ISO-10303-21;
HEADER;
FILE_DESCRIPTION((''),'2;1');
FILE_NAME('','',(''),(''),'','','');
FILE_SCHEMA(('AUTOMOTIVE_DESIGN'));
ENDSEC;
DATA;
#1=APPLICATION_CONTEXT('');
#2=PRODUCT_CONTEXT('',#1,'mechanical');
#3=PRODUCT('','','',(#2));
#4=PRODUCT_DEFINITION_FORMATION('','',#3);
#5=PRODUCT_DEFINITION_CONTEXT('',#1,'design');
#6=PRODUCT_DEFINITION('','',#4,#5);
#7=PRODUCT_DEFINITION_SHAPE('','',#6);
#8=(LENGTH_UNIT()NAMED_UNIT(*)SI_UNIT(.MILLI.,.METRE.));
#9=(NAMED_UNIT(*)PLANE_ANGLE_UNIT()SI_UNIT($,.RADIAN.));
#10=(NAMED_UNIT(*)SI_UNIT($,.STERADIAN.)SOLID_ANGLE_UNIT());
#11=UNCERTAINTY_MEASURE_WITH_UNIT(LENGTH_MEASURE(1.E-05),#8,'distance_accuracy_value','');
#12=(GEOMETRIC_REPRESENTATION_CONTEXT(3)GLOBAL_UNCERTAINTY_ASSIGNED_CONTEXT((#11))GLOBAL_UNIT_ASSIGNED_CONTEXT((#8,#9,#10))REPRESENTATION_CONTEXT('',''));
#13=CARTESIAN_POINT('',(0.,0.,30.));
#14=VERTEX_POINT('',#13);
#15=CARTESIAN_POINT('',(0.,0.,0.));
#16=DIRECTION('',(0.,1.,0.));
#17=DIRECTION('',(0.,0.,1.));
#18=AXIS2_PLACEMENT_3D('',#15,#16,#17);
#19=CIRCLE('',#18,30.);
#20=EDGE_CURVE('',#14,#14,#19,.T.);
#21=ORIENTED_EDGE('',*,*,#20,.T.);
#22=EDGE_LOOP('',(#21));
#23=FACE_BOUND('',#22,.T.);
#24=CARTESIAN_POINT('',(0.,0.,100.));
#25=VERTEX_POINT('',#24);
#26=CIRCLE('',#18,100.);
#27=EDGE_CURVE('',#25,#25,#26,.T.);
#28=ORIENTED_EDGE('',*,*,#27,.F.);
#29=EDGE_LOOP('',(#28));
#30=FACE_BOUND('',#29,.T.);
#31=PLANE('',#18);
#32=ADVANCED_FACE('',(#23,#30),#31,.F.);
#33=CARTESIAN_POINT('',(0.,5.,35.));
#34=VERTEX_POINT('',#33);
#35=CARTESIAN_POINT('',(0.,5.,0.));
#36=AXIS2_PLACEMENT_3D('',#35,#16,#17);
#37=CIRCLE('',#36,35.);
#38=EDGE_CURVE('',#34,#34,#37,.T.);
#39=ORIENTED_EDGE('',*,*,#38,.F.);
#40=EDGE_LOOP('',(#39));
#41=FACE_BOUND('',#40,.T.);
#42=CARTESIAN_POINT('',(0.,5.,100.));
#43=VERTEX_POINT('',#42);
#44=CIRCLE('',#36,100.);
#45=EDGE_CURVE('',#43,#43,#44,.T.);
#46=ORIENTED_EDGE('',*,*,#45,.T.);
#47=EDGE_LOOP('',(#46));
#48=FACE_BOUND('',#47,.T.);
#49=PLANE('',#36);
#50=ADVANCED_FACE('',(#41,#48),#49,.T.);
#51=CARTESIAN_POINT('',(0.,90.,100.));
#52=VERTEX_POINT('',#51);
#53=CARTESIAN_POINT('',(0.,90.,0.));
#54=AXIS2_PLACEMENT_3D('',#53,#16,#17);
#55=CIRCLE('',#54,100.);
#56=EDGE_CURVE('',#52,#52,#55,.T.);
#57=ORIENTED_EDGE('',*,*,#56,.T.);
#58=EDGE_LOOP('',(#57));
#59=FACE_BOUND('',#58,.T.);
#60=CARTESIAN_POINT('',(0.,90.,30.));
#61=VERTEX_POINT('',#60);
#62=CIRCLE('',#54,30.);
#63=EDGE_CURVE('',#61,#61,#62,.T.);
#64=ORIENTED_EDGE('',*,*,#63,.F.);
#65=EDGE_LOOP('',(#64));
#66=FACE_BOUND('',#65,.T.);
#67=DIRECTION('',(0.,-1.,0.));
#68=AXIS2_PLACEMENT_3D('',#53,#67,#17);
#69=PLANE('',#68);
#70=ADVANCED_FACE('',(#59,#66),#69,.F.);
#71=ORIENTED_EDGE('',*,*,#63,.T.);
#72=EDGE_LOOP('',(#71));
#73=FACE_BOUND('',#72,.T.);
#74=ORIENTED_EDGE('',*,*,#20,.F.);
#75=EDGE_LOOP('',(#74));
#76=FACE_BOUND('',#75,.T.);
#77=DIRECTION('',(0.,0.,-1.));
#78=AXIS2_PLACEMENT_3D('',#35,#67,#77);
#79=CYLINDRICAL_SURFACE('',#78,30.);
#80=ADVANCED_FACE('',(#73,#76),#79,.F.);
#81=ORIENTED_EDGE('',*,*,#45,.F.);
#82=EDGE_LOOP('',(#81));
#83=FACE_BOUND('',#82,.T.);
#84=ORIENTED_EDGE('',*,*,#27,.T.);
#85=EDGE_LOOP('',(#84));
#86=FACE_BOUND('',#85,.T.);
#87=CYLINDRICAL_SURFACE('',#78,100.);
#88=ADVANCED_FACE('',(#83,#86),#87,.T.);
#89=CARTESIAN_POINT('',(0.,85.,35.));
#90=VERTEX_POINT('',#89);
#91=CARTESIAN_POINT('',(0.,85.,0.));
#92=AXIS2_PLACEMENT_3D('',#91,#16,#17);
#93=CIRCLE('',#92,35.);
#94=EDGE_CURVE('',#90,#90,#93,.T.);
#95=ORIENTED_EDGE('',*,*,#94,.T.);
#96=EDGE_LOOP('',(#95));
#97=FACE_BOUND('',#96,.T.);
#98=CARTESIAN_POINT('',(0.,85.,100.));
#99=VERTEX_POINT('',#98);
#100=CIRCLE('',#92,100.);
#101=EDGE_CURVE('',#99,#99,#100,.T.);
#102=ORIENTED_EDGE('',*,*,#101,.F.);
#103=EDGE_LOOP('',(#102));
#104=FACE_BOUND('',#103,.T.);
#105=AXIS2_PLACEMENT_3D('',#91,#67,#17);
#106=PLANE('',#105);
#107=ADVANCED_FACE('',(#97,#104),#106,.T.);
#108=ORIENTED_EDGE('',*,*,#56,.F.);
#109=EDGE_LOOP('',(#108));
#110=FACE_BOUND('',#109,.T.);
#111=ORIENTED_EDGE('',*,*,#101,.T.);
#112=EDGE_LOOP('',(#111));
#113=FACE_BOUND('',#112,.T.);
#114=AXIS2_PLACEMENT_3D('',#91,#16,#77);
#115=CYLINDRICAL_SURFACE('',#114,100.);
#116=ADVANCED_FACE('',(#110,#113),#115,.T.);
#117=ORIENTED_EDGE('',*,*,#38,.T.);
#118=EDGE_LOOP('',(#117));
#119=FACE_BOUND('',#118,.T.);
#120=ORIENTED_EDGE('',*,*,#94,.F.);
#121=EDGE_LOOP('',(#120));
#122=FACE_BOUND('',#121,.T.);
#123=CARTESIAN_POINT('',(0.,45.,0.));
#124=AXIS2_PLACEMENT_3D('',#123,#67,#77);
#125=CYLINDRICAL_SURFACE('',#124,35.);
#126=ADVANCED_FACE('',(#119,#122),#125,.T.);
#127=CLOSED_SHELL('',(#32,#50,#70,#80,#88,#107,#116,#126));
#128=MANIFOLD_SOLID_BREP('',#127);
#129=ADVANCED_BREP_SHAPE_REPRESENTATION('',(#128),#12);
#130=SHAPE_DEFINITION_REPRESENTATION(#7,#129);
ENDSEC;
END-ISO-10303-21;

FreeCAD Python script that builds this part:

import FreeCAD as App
import Part
import Sketcher
Q = App.Units.Quantity

doc = App.newDocument("Part")
body = doc.addObject("PartDesign::Body", "Body")

sketch1 = body.newObject("Sketcher::SketchObject", "Sketch")
sketch1.AttachmentSupport = (doc.getObject("XZ_Plane"), [""])
sketch1.MapMode = "FlatFace"
sketch1.addGeometry(Part.Circle(App.Vector(0, 0, 0), App.Vector(0, 0, 1), 100), False)
sketch1.addGeometry(Part.Circle(App.Vector(0, 0, 0), App.Vector(0, 0, 1), 30), False)
sketch1.addConstraint(Sketcher.Constraint("Coincident", 0, 3, -1, 1))
sketch1.addConstraint(Sketcher.Constraint("Coincident", 1, 3, -1, 1))
sketch1.addConstraint(Sketcher.Constraint("Diameter", 0, Q("200 mm")))
sketch1.addConstraint(Sketcher.Constraint("Diameter", 1, Q("60 mm")))
pad1 = body.newObject("PartDesign::Pad", "Pad")
pad1.Profile = sketch1
pad1.Length = 5
pad1.Reversed = True

sketch2 = body.newObject("Sketcher::SketchObject", "Sketch001")
sketch2.AttachmentSupport = (doc.getObject("XZ_Plane"), [""])
sketch2.MapMode = "FlatFace"
sketch2.AttachmentOffset = App.Placement(App.Vector(0, 0, -5), App.Rotation())
sketch2.addGeometry(Part.Circle(App.Vector(0, 0, 0), App.Vector(0, 0, 1), 35), False)
sketch2.addGeometry(Part.Circle(App.Vector(0, 0, 0), App.Vector(0, 0, 1), 30), False)
sketch2.addConstraint(Sketcher.Constraint("Coincident", 0, 3, -1, 1))
sketch2.addConstraint(Sketcher.Constraint("Coincident", 1, 3, -1, 1))
sketch2.addConstraint(Sketcher.Constraint("Diameter", 0, Q("70 mm")))
sketch2.addConstraint(Sketcher.Constraint("Diameter", 1, Q("60 mm")))
pad2 = body.newObject("PartDesign::Pad", "Pad001")
pad2.Profile = sketch2
pad2.Length = 40
pad2.Reversed = True
doc.recompute()

datumplane = body.newObject("PartDesign::Plane", "DatumPlane")
datumplane.AttachmentSupport = (doc.getObject("XZ_Plane"), [""])
datumplane.MapMode = "FlatFace"
datumplane.AttachmentOffset = App.Placement(App.Vector(0, 0, -45), App.Rotation())
mirrored = body.newObject("PartDesign::Mirrored", "Mirrored")
mirrored.Originals = [pad1, pad2]
mirrored.MirrorPlane = (datumplane, [""])
body.Tip = mirrored

doc.recompute()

○ ○ ○

■ Your objective ■
In the entries above, the lines from the one bearing "#92=AXIS2_PLACEMENT_3D('',#91,#16,#17);" up to and including the one bearing "FreeCAD Python script" should be transcribed exactly; no other line is wanted.

■ Task result ■
#92=AXIS2_PLACEMENT_3D('',#91,#16,#17);
#93=CIRCLE('',#92,35.);
#94=EDGE_CURVE('',#90,#90,#93,.T.);
#95=ORIENTED_EDGE('',*,*,#94,.T.);
#96=EDGE_LOOP('',(#95));
#97=FACE_BOUND('',#96,.T.);
#98=CARTESIAN_POINT('',(0.,85.,100.));
#99=VERTEX_POINT('',#98);
#100=CIRCLE('',#92,100.);
#101=EDGE_CURVE('',#99,#99,#100,.T.);
#102=ORIENTED_EDGE('',*,*,#101,.F.);
#103=EDGE_LOOP('',(#102));
#104=FACE_BOUND('',#103,.T.);
#105=AXIS2_PLACEMENT_3D('',#91,#67,#17);
#106=PLANE('',#105);
#107=ADVANCED_FACE('',(#97,#104),#106,.T.);
#108=ORIENTED_EDGE('',*,*,#56,.F.);
#109=EDGE_LOOP('',(#108));
#110=FACE_BOUND('',#109,.T.);
#111=ORIENTED_EDGE('',*,*,#101,.T.);
#112=EDGE_LOOP('',(#111));
#113=FACE_BOUND('',#112,.T.);
#114=AXIS2_PLACEMENT_3D('',#91,#16,#77);
#115=CYLINDRICAL_SURFACE('',#114,100.);
#116=ADVANCED_FACE('',(#110,#113),#115,.T.);
#117=ORIENTED_EDGE('',*,*,#38,.T.);
#118=EDGE_LOOP('',(#117));
#119=FACE_BOUND('',#118,.T.);
#120=ORIENTED_EDGE('',*,*,#94,.F.);
#121=EDGE_LOOP('',(#120));
#122=FACE_BOUND('',#121,.T.);
#123=CARTESIAN_POINT('',(0.,45.,0.));
#124=AXIS2_PLACEMENT_3D('',#123,#67,#77);
#125=CYLINDRICAL_SURFACE('',#124,35.);
#126=ADVANCED_FACE('',(#119,#122),#125,.T.);
#127=CLOSED_SHELL('',(#32,#50,#70,#80,#88,#107,#116,#126));
#128=MANIFOLD_SOLID_BREP('',#127);
#129=ADVANCED_BREP_SHAPE_REPRESENTATION('',(#128),#12);
#130=SHAPE_DEFINITION_REPRESENTATION(#7,#129);
ENDSEC;
END-ISO-10303-21;

FreeCAD Python script that builds this part:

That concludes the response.